Ingolstadt: Zweifel am Unbehagen
Guinea Bissau an der afrikanischen Westküste gehört zu den am geringsten entwickelten Ländern weltweit. Wer Bilder von dort mit am Rand des Überlebens hungernden Kindern sieht, dem wird das Herz klamm. Wer daran glaubt, dass gespendete zehn Euro schon einen kleinen Jungen für einen Monat satt machen können, der spendet (frei-)willig. Und fühlt sich danach vielleicht sogar ein wenig besser. Die Betroffenheit hat ihn zu einem guten Menschen gemacht.
Nach der Vorstellung von «Benefiz – Jeder rettet einen Afrikaner» stehen – drinnen im Saal ist der Applaus noch nicht richtig verklungen – die fünf Schauspieler an den Ausgangstüren des Kleinen Hauses des Ingolstädter Theaters und halten Sammelbüchsen bereit.
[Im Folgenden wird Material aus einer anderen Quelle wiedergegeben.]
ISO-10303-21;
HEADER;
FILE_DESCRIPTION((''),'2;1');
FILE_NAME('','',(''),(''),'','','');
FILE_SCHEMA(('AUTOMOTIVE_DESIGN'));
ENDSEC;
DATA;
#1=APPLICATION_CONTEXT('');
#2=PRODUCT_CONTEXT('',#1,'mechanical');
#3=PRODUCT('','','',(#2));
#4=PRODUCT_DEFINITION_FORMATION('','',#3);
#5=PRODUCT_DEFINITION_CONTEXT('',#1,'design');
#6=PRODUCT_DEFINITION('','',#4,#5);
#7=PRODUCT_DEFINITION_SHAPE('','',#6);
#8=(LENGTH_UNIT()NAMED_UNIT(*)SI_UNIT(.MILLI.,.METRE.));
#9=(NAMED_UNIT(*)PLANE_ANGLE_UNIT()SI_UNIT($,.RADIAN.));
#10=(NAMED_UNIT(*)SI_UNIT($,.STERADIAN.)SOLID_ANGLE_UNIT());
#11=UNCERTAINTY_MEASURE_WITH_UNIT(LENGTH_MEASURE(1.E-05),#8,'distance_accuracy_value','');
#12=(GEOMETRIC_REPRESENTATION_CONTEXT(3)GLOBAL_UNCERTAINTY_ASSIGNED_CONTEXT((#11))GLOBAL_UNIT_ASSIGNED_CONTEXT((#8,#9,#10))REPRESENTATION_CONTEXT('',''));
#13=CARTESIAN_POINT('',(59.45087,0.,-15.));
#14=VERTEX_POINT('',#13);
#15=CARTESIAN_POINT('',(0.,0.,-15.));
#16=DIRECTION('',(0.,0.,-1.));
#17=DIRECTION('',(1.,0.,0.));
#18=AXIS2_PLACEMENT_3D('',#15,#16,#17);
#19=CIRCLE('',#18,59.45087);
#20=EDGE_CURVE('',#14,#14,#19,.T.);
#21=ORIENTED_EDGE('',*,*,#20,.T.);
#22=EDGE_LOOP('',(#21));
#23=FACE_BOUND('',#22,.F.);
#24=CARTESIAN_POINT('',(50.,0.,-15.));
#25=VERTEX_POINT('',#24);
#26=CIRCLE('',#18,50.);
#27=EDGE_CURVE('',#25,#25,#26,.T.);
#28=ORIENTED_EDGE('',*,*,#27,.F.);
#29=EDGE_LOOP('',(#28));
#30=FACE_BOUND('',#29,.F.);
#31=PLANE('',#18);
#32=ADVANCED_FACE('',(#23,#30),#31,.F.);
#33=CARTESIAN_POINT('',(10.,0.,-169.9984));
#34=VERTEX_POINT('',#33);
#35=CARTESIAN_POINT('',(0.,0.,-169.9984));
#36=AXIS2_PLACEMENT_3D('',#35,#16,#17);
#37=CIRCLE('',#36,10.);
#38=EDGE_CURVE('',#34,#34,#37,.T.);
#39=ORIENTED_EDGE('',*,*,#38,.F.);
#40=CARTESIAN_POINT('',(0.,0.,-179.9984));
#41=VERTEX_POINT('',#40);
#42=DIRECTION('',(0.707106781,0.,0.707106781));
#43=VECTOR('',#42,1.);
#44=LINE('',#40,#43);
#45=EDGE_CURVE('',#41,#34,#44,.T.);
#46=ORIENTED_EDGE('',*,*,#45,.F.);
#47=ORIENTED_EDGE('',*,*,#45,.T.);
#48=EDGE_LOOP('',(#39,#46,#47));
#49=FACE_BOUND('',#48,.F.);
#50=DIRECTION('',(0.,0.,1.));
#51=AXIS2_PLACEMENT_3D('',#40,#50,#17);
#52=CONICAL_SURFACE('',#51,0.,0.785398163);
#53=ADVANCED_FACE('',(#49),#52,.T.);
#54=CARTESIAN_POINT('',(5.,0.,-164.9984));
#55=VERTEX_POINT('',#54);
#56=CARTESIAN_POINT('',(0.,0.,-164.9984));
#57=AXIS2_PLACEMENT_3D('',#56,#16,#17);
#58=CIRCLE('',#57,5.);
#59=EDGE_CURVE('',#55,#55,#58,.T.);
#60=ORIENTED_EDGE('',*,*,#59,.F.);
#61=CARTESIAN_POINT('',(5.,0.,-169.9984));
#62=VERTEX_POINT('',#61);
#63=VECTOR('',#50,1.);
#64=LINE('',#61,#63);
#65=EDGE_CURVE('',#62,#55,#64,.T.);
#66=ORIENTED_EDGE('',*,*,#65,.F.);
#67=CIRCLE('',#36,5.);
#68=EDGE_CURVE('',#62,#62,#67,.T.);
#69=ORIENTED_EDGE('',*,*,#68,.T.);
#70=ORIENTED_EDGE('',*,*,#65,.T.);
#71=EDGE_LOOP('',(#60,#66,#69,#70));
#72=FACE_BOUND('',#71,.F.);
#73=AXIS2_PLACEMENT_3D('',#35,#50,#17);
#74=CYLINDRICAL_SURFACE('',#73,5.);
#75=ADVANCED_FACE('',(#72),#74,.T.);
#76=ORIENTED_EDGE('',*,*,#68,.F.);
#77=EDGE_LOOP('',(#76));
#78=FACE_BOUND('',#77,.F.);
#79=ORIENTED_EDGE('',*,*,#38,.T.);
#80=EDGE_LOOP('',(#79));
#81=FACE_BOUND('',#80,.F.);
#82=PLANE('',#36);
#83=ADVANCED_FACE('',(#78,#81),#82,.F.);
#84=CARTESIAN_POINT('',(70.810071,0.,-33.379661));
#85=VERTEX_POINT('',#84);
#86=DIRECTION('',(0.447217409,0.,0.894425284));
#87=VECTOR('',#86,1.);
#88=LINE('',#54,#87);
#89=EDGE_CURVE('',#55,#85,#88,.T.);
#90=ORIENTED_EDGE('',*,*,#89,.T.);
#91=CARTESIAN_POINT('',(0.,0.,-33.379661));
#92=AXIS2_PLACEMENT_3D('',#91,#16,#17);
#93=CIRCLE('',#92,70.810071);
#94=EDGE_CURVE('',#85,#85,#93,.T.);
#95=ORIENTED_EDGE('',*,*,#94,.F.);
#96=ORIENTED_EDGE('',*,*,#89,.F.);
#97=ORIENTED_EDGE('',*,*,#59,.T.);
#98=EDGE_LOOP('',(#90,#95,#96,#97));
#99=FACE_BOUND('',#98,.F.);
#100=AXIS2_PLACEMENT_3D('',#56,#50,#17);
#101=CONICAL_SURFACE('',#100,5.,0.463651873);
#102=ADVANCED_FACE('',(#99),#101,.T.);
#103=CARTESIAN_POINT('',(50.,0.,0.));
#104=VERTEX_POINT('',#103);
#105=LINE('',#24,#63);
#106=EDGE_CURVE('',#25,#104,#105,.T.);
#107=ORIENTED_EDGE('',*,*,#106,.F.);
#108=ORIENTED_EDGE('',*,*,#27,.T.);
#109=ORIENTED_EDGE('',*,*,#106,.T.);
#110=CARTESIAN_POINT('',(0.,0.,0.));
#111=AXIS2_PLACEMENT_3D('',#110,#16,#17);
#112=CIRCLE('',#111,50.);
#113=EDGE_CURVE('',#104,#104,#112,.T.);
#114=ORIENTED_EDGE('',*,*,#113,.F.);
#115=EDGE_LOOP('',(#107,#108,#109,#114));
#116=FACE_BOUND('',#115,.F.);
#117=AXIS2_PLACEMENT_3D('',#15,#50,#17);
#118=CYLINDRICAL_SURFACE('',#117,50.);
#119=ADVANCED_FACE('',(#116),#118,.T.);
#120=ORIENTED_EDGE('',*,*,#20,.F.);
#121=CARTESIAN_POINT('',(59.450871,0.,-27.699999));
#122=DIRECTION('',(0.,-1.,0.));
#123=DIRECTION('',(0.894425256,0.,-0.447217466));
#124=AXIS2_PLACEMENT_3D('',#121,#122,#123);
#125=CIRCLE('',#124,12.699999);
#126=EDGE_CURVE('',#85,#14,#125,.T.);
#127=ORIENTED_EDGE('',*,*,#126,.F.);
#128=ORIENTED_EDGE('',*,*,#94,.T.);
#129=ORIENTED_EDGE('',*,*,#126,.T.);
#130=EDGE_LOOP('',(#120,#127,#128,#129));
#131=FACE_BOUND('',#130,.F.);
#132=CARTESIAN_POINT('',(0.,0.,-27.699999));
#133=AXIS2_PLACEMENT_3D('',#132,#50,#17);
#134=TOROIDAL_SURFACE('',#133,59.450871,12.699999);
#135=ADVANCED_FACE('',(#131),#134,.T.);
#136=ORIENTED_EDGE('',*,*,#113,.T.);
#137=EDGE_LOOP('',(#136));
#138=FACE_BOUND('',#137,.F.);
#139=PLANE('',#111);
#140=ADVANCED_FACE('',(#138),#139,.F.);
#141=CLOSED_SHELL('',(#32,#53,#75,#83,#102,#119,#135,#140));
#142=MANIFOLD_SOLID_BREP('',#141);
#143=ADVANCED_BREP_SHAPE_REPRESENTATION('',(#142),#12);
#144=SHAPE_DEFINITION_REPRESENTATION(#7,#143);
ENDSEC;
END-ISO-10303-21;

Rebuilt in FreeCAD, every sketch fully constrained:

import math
import FreeCAD as App
import Part
import Sketcher
Q = App.Units.Quantity

doc = App.newDocument("Part")
body = doc.addObject("PartDesign::Body", "Body")

# Sketch on XZ plane
sketch1 = body.newObject("Sketcher::SketchObject", "Sketch")
sketch1.AttachmentSupport = (doc.getObject("XZ_Plane"), [""])
sketch1.MapMode = "FlatFace"
sketch1.addGeometry([
    Part.LineSegment(App.Vector(50, -15, 0), App.Vector(50, 0, 0)),  # 0
    Part.LineSegment(App.Vector(50, 0, 0), App.Vector(0, 0, 0)),  # 1
    Part.LineSegment(App.Vector(0, 0, 0), App.Vector(0, -180, 0)),  # 2
    Part.LineSegment(App.Vector(0, -180, 0), App.Vector(10, -170, 0)),  # 3
    Part.LineSegment(App.Vector(10, -170, 0), App.Vector(5, -170, 0)),  # 4
    Part.LineSegment(App.Vector(5, -170, 0), App.Vector(5, -165, 0)),  # 5
    Part.LineSegment(App.Vector(5, -165, 0), App.Vector(71, -33, 0)),  # 6
    Part.ArcOfCircle(Part.Circle(App.Vector(59, -28, 0), App.Vector(0, 0, 1), 13), math.radians(-27), math.radians(90)),  # 7
    Part.LineSegment(App.Vector(59, -15, 0), App.Vector(50, -15, 0)),  # 8
], False)
sketch1.addConstraint([
    Sketcher.Constraint("Coincident", 0, 2, 1, 1),
    Sketcher.Constraint("Coincident", 1, 2, 2, 1),
    Sketcher.Constraint("Coincident", 2, 2, 3, 1),
    Sketcher.Constraint("Coincident", 3, 2, 4, 1),
    Sketcher.Constraint("Coincident", 4, 2, 5, 1),
    Sketcher.Constraint("Coincident", 5, 2, 6, 1),
    Sketcher.Constraint("Tangent", 6, 2, 7, 1),
    Sketcher.Constraint("Tangent", 7, 2, 8, 1),
    Sketcher.Constraint("Coincident", 8, 2, 0, 1),
    Sketcher.Constraint("Vertical", 0),
    Sketcher.Constraint("Horizontal", 1),
    Sketcher.Constraint("Vertical", 2),
    Sketcher.Constraint("Horizontal", 4),
    Sketcher.Constraint("Vertical", 5),
    Sketcher.Constraint("Horizontal", 8),
    Sketcher.Constraint("Coincident", 1, 2, -1, 1),
    Sketcher.Constraint("Equal", 4, 5),
    Sketcher.Constraint("Radius", 7, 12.699999),
    Sketcher.Constraint("DistanceX", 1, 2, 1, 1, 50.0),
    Sketcher.Constraint("DistanceX", 4, 2, 4, 1, 5.0),
    Sketcher.Constraint("DistanceY", 0, 1, 0, 2, 15.0),
    Sketcher.Constraint("Angle", 3, Q("45 deg")),
    Sketcher.Constraint("DistanceX", -1, 1, 3, 2, 10.0),
    Sketcher.Constraint("DistanceY", 2, 2, 2, 1, 179.9984),
    Sketcher.Constraint("DistanceX", 8, 2, 8, 1, 9.45087),
])
revolution = body.newObject("PartDesign::Revolution", "Revolution")
revolution.Profile = sketch1
revolution.ReferenceAxis = (sketch1, ["V_Axis"])
revolution.Angle = 360

doc.recompute()
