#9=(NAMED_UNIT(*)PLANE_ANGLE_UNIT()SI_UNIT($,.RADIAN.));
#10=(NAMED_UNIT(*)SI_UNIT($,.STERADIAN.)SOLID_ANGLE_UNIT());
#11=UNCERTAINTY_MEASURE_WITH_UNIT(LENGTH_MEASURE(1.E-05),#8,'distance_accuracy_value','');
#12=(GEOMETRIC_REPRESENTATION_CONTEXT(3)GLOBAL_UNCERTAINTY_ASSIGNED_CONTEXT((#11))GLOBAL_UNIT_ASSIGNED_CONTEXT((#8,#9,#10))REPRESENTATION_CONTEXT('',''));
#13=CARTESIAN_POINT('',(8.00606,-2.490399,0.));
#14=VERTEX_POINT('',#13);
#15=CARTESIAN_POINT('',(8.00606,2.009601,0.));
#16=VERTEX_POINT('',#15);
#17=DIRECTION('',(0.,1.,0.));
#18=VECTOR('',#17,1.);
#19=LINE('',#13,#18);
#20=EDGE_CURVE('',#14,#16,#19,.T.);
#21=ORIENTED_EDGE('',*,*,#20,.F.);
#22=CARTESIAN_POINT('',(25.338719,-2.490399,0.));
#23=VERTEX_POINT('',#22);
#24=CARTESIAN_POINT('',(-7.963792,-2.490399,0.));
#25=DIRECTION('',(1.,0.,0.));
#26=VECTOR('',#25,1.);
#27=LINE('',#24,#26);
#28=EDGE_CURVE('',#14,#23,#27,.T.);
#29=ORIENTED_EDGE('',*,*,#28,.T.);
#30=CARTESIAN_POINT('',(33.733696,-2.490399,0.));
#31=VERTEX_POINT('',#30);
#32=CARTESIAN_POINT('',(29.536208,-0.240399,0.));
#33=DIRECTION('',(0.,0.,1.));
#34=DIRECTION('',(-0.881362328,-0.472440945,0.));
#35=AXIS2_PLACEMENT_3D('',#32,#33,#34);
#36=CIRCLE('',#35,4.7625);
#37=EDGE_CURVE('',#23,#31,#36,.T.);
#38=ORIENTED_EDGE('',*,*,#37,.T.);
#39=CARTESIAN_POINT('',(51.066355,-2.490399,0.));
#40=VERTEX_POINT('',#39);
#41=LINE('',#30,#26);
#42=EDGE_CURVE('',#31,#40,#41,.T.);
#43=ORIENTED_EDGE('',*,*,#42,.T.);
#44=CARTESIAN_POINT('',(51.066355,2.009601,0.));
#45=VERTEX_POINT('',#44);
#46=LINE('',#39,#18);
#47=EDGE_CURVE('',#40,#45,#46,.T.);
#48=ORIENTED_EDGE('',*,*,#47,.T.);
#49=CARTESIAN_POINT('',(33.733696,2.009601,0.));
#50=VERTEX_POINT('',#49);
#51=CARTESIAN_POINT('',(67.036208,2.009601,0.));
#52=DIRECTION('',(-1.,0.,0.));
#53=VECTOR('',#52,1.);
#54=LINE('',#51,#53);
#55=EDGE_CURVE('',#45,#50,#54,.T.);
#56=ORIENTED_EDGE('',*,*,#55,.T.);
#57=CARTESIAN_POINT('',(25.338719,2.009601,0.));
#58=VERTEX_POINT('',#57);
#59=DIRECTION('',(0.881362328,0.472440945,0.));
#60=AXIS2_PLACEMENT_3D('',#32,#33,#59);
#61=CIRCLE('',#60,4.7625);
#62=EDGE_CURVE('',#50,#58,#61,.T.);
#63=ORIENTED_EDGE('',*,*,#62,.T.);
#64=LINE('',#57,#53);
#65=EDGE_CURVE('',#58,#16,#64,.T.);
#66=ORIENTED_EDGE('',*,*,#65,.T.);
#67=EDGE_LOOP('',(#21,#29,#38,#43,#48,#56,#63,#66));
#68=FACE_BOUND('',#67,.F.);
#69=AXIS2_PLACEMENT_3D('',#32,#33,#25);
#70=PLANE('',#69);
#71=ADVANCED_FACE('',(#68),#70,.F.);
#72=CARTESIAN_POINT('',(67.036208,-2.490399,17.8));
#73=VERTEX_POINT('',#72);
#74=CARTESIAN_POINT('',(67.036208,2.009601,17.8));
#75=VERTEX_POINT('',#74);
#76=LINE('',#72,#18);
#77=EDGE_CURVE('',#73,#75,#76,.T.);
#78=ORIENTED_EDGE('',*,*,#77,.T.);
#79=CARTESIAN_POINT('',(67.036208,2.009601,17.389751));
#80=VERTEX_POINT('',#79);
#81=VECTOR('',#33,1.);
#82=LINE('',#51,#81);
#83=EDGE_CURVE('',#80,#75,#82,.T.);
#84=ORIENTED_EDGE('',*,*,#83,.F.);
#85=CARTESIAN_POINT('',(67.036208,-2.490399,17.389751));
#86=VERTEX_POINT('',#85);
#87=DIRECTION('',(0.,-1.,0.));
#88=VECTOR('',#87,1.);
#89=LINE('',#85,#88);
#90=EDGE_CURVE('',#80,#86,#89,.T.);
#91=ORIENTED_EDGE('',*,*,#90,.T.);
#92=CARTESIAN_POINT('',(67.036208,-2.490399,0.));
Kein Zuschauer entkommt ihnen: Das Geld ist für ein reales Hilfsprojekt in Afrika bestimmt. So wird aus dem hinterhältigen Spaß über den Wohltätigkeitssport in reichen Ländern, den man sich knappe zwei Stunden auf der Bühne machte, segensreicher Ernst. Die Spendenaktion ist fester Bestandteil im Stück von Ingrid Lausund, das Brit Bartkowiak als eine garstige Show wider die Gleichgültigkeit inszeniert hat.
Fünf junge Leute proben den Ablauf einer Charity-Veranstaltung und geraten ...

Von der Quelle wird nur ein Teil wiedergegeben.